» **Problem**:
I need the lines below from the one with "#23=CARTESIAN_POINT('',(0.,0.,5.));" down to the one with "#54=ORIENTED_EDGE('',*,*,#51,.T.);" reproduced exactly, both ends included, and nothing else.

Saved entries
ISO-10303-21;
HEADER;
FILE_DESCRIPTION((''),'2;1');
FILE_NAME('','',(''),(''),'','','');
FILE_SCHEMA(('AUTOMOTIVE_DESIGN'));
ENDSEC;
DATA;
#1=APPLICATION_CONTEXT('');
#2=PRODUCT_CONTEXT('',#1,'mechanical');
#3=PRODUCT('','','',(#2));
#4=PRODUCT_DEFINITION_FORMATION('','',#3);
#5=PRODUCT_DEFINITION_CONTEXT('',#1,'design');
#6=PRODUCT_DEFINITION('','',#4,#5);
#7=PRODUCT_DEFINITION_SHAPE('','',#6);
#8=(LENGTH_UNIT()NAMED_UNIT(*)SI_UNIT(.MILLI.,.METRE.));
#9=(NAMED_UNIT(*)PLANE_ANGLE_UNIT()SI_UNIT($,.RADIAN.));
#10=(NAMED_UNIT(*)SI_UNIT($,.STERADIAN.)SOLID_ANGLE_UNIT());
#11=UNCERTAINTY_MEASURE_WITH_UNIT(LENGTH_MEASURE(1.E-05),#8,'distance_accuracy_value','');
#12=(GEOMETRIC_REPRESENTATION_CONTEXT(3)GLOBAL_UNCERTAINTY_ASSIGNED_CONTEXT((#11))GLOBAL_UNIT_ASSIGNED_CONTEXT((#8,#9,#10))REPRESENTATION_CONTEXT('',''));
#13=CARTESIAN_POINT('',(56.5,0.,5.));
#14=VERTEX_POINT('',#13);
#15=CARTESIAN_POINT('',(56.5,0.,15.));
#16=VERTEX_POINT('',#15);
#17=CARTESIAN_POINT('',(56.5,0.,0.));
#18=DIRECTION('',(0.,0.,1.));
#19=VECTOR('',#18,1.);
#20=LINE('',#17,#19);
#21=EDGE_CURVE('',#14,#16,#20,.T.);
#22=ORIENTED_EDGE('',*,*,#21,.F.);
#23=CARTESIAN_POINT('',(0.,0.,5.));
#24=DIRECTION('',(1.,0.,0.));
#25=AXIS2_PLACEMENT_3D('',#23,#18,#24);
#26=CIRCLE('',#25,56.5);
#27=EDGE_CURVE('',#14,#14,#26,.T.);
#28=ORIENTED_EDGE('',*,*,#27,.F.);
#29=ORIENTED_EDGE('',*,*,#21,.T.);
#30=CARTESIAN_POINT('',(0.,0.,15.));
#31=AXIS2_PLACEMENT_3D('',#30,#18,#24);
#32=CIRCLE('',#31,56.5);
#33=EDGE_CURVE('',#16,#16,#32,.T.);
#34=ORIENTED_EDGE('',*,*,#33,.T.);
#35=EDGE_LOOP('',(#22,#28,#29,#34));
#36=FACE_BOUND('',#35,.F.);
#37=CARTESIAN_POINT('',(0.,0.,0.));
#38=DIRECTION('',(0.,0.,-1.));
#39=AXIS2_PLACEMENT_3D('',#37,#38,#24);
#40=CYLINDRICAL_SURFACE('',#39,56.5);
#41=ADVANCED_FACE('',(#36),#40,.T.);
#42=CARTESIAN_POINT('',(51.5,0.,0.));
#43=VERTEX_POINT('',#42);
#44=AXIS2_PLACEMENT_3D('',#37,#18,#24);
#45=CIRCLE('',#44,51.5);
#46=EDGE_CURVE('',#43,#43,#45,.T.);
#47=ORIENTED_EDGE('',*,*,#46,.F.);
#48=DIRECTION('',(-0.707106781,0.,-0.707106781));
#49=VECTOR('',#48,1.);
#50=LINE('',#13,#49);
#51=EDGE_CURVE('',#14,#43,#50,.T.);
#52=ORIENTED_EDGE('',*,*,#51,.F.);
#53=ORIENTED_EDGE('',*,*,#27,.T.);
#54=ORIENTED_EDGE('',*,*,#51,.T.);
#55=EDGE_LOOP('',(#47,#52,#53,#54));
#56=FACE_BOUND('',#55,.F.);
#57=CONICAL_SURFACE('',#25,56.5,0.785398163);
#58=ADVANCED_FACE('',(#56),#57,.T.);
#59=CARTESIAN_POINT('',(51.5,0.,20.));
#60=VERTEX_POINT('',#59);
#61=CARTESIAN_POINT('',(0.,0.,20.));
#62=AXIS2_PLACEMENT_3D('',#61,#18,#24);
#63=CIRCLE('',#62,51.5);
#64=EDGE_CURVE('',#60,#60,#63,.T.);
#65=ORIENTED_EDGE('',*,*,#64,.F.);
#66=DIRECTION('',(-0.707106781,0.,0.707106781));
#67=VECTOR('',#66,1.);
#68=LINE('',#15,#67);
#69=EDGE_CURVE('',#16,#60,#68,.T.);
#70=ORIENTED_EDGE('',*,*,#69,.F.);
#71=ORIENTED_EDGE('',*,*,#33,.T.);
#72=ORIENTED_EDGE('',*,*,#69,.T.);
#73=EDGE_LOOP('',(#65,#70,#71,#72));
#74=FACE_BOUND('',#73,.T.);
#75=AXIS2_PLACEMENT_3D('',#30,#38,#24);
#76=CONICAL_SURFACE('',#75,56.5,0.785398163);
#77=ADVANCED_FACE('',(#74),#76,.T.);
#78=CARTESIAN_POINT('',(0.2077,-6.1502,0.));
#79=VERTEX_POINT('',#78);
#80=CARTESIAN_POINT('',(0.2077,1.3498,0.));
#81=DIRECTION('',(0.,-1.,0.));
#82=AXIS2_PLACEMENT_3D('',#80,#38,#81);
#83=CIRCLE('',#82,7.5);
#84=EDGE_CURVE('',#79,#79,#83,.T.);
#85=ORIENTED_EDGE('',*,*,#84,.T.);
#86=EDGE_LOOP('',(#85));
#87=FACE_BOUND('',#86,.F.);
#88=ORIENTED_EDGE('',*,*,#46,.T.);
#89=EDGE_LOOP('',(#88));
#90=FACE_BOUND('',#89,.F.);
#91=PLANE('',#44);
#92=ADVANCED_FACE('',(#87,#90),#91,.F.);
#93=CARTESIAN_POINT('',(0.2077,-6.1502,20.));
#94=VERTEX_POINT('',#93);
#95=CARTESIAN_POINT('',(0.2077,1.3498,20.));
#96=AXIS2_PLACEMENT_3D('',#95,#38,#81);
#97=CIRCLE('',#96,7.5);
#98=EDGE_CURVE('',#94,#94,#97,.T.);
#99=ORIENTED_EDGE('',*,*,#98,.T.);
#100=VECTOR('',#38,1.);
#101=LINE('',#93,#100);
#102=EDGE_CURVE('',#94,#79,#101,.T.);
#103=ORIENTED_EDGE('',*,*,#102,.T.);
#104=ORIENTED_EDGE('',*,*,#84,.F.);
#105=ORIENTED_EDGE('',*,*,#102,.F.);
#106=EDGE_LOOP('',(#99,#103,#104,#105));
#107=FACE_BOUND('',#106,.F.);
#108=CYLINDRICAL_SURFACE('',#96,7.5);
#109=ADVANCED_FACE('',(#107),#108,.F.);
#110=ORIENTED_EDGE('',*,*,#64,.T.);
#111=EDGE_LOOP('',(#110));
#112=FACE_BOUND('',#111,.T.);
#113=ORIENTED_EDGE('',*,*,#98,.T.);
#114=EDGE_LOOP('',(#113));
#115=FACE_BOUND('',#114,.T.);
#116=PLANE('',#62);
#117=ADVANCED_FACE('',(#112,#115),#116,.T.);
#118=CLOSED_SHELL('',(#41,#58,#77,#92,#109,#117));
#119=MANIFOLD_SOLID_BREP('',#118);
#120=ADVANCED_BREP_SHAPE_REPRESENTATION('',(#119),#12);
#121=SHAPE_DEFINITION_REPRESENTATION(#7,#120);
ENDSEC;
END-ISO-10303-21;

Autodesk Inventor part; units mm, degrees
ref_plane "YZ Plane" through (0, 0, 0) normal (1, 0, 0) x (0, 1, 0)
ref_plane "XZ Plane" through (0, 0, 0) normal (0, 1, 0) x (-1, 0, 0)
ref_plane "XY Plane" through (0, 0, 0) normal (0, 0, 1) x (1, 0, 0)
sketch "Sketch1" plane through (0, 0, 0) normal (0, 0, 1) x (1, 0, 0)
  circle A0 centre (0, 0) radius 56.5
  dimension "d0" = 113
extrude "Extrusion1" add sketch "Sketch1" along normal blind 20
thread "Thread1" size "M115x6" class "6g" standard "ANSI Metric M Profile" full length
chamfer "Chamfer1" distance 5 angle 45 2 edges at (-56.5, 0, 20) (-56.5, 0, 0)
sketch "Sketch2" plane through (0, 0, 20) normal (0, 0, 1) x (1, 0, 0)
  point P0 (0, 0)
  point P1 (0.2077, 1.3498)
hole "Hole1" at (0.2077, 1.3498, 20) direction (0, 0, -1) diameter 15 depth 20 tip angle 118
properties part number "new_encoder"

» **Solution to this task**:
#23=CARTESIAN_POINT('',(0.,0.,5.));
#24=DIRECTION('',(1.,0.,0.));
#25=AXIS2_PLACEMENT_3D('',#23,#18,#24);
#26=CIRCLE('',#25,56.5);
#27=EDGE_CURVE('',#14,#14,#26,.T.);
#28=ORIENTED_EDGE('',*,*,#27,.F.);
#29=ORIENTED_EDGE('',*,*,#21,.T.);
#30=CARTESIAN_POINT('',(0.,0.,15.));
#31=AXIS2_PLACEMENT_3D('',#30,#18,#24);
#32=CIRCLE('',#31,56.5);
#33=EDGE_CURVE('',#16,#16,#32,.T.);
#34=ORIENTED_EDGE('',*,*,#33,.T.);
#35=EDGE_LOOP('',(#22,#28,#29,#34));
#36=FACE_BOUND('',#35,.F.);
#37=CARTESIAN_POINT('',(0.,0.,0.));
#38=DIRECTION('',(0.,0.,-1.));
#39=AXIS2_PLACEMENT_3D('',#37,#38,#24);
#40=CYLINDRICAL_SURFACE('',#39,56.5);
#41=ADVANCED_FACE('',(#36),#40,.T.);
#42=CARTESIAN_POINT('',(51.5,0.,0.));
#43=VERTEX_POINT('',#42);
#44=AXIS2_PLACEMENT_3D('',#37,#18,#24);
#45=CIRCLE('',#44,51.5);
#46=EDGE_CURVE('',#43,#43,#45,.T.);
#47=ORIENTED_EDGE('',*,*,#46,.F.);
#48=DIRECTION('',(-0.707106781,0.,-0.707106781));
#49=VECTOR('',#48,1.);
#50=LINE('',#13,#49);
#51=EDGE_CURVE('',#14,#43,#50,.T.);
#52=ORIENTED_EDGE('',*,*,#51,.F.);
#53=ORIENTED_EDGE('',*,*,#27,.T.);
#54=ORIENTED_EDGE('',*,*,#51,.T.);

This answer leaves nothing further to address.